# Scraping Websites

In [1]:
import sys
print(sys.executable)

/Users/ehuntley/Desktop/duspviz/spatial-data-science/python-bs/.venv/bin/python3


The idea behind webscraping is this: gather data quickly and replicably from websites by taking advantage of the fact that web pages are structured documents. While they are individually idiosyncratic, they tend to be _internally consistent_. This means that web scraping is always a bespoke affair---you can't build a web scraper that will simply work in a generalizable way for all pages. However, there _are_ general principles that, when rehearsed, will allow you to develop a scraper for a given website without too much effort.

The scraper we're going to build today downloads key information about DUSP faculty from the [DUSP website's 'people' list](http://dusp.mit.edu/people). We're going to scrape information about affiliation, navigate through weblinks, and download photos.

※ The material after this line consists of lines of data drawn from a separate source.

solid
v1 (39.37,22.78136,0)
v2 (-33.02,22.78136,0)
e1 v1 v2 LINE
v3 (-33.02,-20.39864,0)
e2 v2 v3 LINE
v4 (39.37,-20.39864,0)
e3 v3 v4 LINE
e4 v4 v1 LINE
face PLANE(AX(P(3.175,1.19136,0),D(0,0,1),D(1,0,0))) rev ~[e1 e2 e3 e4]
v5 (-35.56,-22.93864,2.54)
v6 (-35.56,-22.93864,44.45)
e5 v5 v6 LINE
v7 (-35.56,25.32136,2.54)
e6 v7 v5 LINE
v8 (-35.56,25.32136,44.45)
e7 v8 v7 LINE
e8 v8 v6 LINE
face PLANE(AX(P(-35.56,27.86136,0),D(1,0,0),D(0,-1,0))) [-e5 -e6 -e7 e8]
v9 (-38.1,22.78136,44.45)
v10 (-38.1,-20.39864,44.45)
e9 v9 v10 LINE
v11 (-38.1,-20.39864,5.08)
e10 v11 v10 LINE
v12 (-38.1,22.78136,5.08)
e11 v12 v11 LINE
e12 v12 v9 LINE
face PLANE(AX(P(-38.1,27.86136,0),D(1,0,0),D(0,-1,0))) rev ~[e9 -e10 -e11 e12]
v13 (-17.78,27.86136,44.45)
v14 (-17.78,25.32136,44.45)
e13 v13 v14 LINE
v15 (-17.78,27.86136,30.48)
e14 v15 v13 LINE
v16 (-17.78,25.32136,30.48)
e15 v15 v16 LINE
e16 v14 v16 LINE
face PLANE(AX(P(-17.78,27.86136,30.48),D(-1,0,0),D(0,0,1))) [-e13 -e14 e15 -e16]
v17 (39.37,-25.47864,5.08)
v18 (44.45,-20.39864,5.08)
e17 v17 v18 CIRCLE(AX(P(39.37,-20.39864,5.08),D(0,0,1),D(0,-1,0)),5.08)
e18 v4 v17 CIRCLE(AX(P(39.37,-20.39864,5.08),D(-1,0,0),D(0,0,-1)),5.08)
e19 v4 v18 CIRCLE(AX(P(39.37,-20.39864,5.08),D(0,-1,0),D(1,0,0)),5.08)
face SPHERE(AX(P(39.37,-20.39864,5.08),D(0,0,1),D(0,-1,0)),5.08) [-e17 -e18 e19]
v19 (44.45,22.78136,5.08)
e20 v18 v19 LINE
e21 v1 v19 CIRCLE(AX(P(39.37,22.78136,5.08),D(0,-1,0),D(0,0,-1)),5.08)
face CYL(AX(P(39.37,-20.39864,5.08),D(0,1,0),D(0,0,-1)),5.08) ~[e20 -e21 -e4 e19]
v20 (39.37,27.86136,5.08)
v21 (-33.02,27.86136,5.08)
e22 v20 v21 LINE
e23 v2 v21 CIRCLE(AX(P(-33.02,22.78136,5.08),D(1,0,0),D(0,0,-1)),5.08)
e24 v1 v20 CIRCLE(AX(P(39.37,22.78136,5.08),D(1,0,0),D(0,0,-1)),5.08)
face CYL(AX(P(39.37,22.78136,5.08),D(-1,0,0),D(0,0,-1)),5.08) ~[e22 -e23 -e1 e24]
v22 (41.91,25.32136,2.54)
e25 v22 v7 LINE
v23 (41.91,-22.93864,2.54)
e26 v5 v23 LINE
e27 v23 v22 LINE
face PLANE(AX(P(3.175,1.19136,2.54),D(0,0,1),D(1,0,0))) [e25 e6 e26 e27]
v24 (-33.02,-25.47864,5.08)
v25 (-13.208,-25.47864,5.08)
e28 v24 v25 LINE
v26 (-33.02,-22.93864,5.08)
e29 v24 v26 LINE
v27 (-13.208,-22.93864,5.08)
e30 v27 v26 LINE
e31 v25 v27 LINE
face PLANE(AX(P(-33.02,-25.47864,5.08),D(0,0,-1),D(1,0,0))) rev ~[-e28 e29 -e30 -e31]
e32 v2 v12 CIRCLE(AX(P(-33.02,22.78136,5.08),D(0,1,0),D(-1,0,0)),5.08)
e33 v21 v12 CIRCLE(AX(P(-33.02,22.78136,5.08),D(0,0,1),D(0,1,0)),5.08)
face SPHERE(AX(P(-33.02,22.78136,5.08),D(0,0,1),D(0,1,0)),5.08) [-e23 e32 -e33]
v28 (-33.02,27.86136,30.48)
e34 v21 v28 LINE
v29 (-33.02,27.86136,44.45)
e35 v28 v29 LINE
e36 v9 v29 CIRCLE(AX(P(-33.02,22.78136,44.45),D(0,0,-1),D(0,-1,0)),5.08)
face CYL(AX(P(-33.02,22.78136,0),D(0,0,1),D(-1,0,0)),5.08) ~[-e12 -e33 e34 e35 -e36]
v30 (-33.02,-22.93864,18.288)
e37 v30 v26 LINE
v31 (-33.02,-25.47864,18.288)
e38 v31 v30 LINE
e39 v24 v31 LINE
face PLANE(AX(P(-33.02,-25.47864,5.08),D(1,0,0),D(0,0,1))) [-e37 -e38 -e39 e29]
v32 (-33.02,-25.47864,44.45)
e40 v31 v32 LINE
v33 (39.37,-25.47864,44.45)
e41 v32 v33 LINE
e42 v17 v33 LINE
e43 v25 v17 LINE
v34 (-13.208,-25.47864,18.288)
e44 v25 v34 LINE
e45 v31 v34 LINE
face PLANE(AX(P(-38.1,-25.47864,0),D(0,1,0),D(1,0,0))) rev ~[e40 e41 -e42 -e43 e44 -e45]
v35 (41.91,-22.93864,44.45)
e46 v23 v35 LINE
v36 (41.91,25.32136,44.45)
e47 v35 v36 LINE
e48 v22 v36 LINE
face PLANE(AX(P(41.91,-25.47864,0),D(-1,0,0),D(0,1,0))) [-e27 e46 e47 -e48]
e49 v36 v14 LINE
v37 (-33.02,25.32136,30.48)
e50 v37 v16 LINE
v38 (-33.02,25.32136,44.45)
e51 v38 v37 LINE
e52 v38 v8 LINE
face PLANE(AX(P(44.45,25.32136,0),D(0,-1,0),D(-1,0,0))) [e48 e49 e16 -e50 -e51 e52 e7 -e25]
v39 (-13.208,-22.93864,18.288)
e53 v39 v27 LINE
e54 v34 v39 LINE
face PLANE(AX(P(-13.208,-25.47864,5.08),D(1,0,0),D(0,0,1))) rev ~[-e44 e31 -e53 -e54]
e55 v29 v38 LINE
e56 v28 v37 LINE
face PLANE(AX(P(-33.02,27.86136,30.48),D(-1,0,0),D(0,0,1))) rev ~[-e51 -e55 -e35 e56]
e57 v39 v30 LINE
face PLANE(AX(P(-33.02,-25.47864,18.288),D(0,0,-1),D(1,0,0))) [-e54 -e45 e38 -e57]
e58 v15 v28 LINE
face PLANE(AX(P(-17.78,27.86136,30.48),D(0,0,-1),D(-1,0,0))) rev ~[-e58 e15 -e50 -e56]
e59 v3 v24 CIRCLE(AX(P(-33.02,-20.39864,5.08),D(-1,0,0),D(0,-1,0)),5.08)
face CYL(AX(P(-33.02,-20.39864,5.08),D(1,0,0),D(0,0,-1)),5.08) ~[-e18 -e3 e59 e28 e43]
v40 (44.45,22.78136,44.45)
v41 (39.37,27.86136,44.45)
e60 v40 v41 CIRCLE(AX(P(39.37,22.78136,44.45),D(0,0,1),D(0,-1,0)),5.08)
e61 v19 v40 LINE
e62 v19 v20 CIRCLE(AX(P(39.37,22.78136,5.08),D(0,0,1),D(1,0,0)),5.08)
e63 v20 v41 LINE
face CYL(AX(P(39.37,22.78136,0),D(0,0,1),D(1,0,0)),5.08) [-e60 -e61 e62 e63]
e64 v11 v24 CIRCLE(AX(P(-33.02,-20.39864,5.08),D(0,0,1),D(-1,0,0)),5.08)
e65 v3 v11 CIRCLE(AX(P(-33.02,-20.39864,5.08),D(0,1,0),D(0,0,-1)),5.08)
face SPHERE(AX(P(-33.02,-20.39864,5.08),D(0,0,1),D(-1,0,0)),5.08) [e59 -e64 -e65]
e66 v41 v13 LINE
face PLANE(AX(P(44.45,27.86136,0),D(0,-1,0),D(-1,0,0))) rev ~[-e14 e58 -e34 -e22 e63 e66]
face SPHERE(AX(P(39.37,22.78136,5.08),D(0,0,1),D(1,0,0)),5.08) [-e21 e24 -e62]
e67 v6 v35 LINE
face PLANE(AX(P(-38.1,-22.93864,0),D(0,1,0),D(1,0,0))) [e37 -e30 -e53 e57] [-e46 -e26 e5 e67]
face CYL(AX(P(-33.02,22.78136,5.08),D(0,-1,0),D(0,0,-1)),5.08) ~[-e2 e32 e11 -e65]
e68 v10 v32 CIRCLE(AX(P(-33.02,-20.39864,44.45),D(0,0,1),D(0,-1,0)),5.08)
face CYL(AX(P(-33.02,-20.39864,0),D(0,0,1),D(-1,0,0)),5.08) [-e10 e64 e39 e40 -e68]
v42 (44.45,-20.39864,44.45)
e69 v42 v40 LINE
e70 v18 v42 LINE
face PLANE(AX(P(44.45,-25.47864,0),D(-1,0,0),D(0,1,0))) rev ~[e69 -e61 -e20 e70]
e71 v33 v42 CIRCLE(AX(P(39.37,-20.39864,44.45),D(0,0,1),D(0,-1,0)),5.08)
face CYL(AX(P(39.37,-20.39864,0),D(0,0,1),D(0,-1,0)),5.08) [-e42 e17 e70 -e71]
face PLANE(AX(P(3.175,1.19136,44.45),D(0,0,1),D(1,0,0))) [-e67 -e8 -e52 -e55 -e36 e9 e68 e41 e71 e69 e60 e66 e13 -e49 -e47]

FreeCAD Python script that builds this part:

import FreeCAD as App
import Part
import Sketcher
from FreeCAD import Vector
Q = App.Units.Quantity


def edges_at(feature, points):
    """Names of the edges that pass closest to the given points."""
    edges = feature.Shape.Edges
    near = lambda p: min(range(len(edges)), key=lambda i: edges[i].distToShape(Part.Vertex(*p))[0])
    return sorted({f"Edge{near(p) + 1}" for p in points})


def faces_at(feature, points):
    """Names of the faces that lie closest to the given points."""
    faces = feature.Shape.Faces
    near = lambda p: min(range(len(faces)), key=lambda i: faces[i].distToShape(Part.Vertex(*p))[0])
    return sorted({f"Face{near(p) + 1}" for p in points})


def add_polygon(sketch, points):
    """Adds a closed chain of lines whose ends are joined by coincident constraints."""
    first, n = sketch.GeometryCount, len(points)
    for a, b in zip(points, points[1:] + points[:1]):
        sketch.addGeometry(Part.LineSegment(App.Vector(*a, 0), App.Vector(*b, 0)), False)
    for i in range(n):
        sketch.addConstraint(Sketcher.Constraint("Coincident", first + i, 2, first + (i + 1) % n, 1))

doc = App.newDocument("Part")
body = doc.addObject("PartDesign::Body", "Body")

# Sketch on XY plane
sketch1 = body.newObject("Sketcher::SketchObject", "Sketch")
sketch1.AttachmentSupport = (doc.getObject("XY_Plane"), [""])
sketch1.MapMode = "FlatFace"
add_polygon(sketch1, [(-38, 28), (-38, -25), (44, -25), (44, 28)])  # lines 0-3
sketch1.addConstraint([
    Sketcher.Constraint("Vertical", 0),
    Sketcher.Constraint("Horizontal", 1),
    Sketcher.Constraint("Vertical", 2),
    Sketcher.Constraint("Horizontal", 3),
    Sketcher.Constraint("DistanceY", 0, 2, 0, 1, Q("2.1 in")),
    Sketcher.Constraint("DistanceX", 1, 1, 1, 2, Q("3.25 in")),
    Sketcher.Constraint("DistanceX", 0, 2, -1, 1, Q("1.5 in")),
    Sketcher.Constraint("DistanceY", 0, 2, -1, 1, 25.47864),
])
pad1 = body.newObject("PartDesign::Pad", "Pad")
pad1.Profile = sketch1
pad1.Length = Q("1.75 in")
doc.recompute()

thickness = body.newObject("PartDesign::Thickness", "Thickness")
thickness.Base = (pad1, faces_at(pad1, [(3.175, 1.191, 44.45)]))
thickness.Value = Q("0.1 in")
thickness.Reversed = True
thickness.Join = "Arc"
doc.recompute()

fillet = body.newObject("PartDesign::Fillet", "Fillet")
fillet.Base = (thickness, edges_at(thickness, [
    (-38.1, 27.861, 22.225),
    (-38.1, -25.479, 22.225),
    (44.45, -25.479, 22.225),
    (44.45, 27.861, 22.225),
]))
fillet.Radius = Q("0.2 in")
doc.recompute()

fillet2 = body.newObject("PartDesign::Fillet", "Fillet001")
fillet2.Base = (fillet, edges_at(fillet, [
    (3.175, 27.861, 0),
    (42.962, 26.373, 0),
    (-36.612, 26.373, 0),
    (44.45, 1.191, 0),
    (-38.1, 1.191, 0),
    (42.962, -23.991, 0),
    (-36.612, -23.991, 0),
    (3.175, -25.479, 0),
]))
fillet2.Radius = Q("0.2 in")

# Sketch on XZ plane
sketch2 = body.newObject("Sketcher::SketchObject", "Sketch001")
sketch2.AttachmentSupport = (doc.getObject("XZ_Plane"), [""])
sketch2.MapMode = "FlatFace"
sketch2.AttachmentOffset = App.Placement(Vector(0, 0, 25.47864), App.Rotation())
add_polygon(sketch2, [(-33, 18), (-33, 5), (-13, 5), (-13, 18)])  # lines 0-3
sketch2.addConstraint([
    Sketcher.Constraint("Vertical", 0),
    Sketcher.Constraint("Horizontal", 1),
    Sketcher.Constraint("Vertical", 2),
    Sketcher.Constraint("Horizontal", 3),
    Sketcher.Constraint("DistanceX", 1, 1, 1, 2, Q("0.78 in")),
    Sketcher.Constraint("DistanceY", 0, 2, 0, 1, Q("0.52 in")),
    Sketcher.Constraint("DistanceX", 0, 2, -1, 1, Q("1.3 in")),
    Sketcher.Constraint("DistanceY", -1, 1, 0, 2, Q("0.2 in")),
])
pocket1 = body.newObject("PartDesign::Pocket", "Pocket")
pocket1.Profile = sketch2
pocket1.Length = Q("0.22 in")

# Sketch on XZ plane
sketch3 = body.newObject("Sketcher::SketchObject", "Sketch002")
sketch3.AttachmentSupport = (doc.getObject("XZ_Plane"), [""])
sketch3.MapMode = "FlatFace"
sketch3.AttachmentOffset = App.Placement(Vector(0, 0, -27.86136), App.Rotation())
add_polygon(sketch3, [(-18, 46), (-18, 30), (-33, 30), (-33, 46)])  # lines 0-3
sketch3.addConstraint([
    Sketcher.Constraint("Vertical", 0),
    Sketcher.Constraint("Horizontal", 1),
    Sketcher.Constraint("Vertical", 2),
    Sketcher.Constraint("Horizontal", 3),
    Sketcher.Constraint("DistanceX", 1, 2, 1, 1, Q("0.6 in")),
    Sketcher.Constraint("DistanceX", 0, 2, -1, 1, Q("0.7 in")),
    Sketcher.Constraint("DistanceY", -1, 1, 0, 2, Q("1.2 in")),
    Sketcher.Constraint("DistanceY", 0, 2, 0, 1, 15.325371),
])
pocket2 = body.newObject("PartDesign::Pocket", "Pocket001")
pocket2.Profile = sketch3
pocket2.Length = Q("0.26 in")
pocket2.Reversed = True

doc.recompute()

Along the way, we'll be doing some neat tricks---naming downloaded photos such that their nomenclature is consistent and dealing with missing and inaccessible information.

To do this, we'll be using a couple of Python packages. The first is `bs4`, or Beautiful Soup 4. This is an HTML and XML parser which takes a downloaded web page and gives us objects and methods for navigating its structure inuititively. It's a very, very standard tool for use in web scraping applications. We'll also be using `wget` to download files, and `requests` to request webpages.

As such, the first thing you'll need to do is install these packages. Assuming you've created and activated your virtual environment, you'll want to install these packages using `pip`.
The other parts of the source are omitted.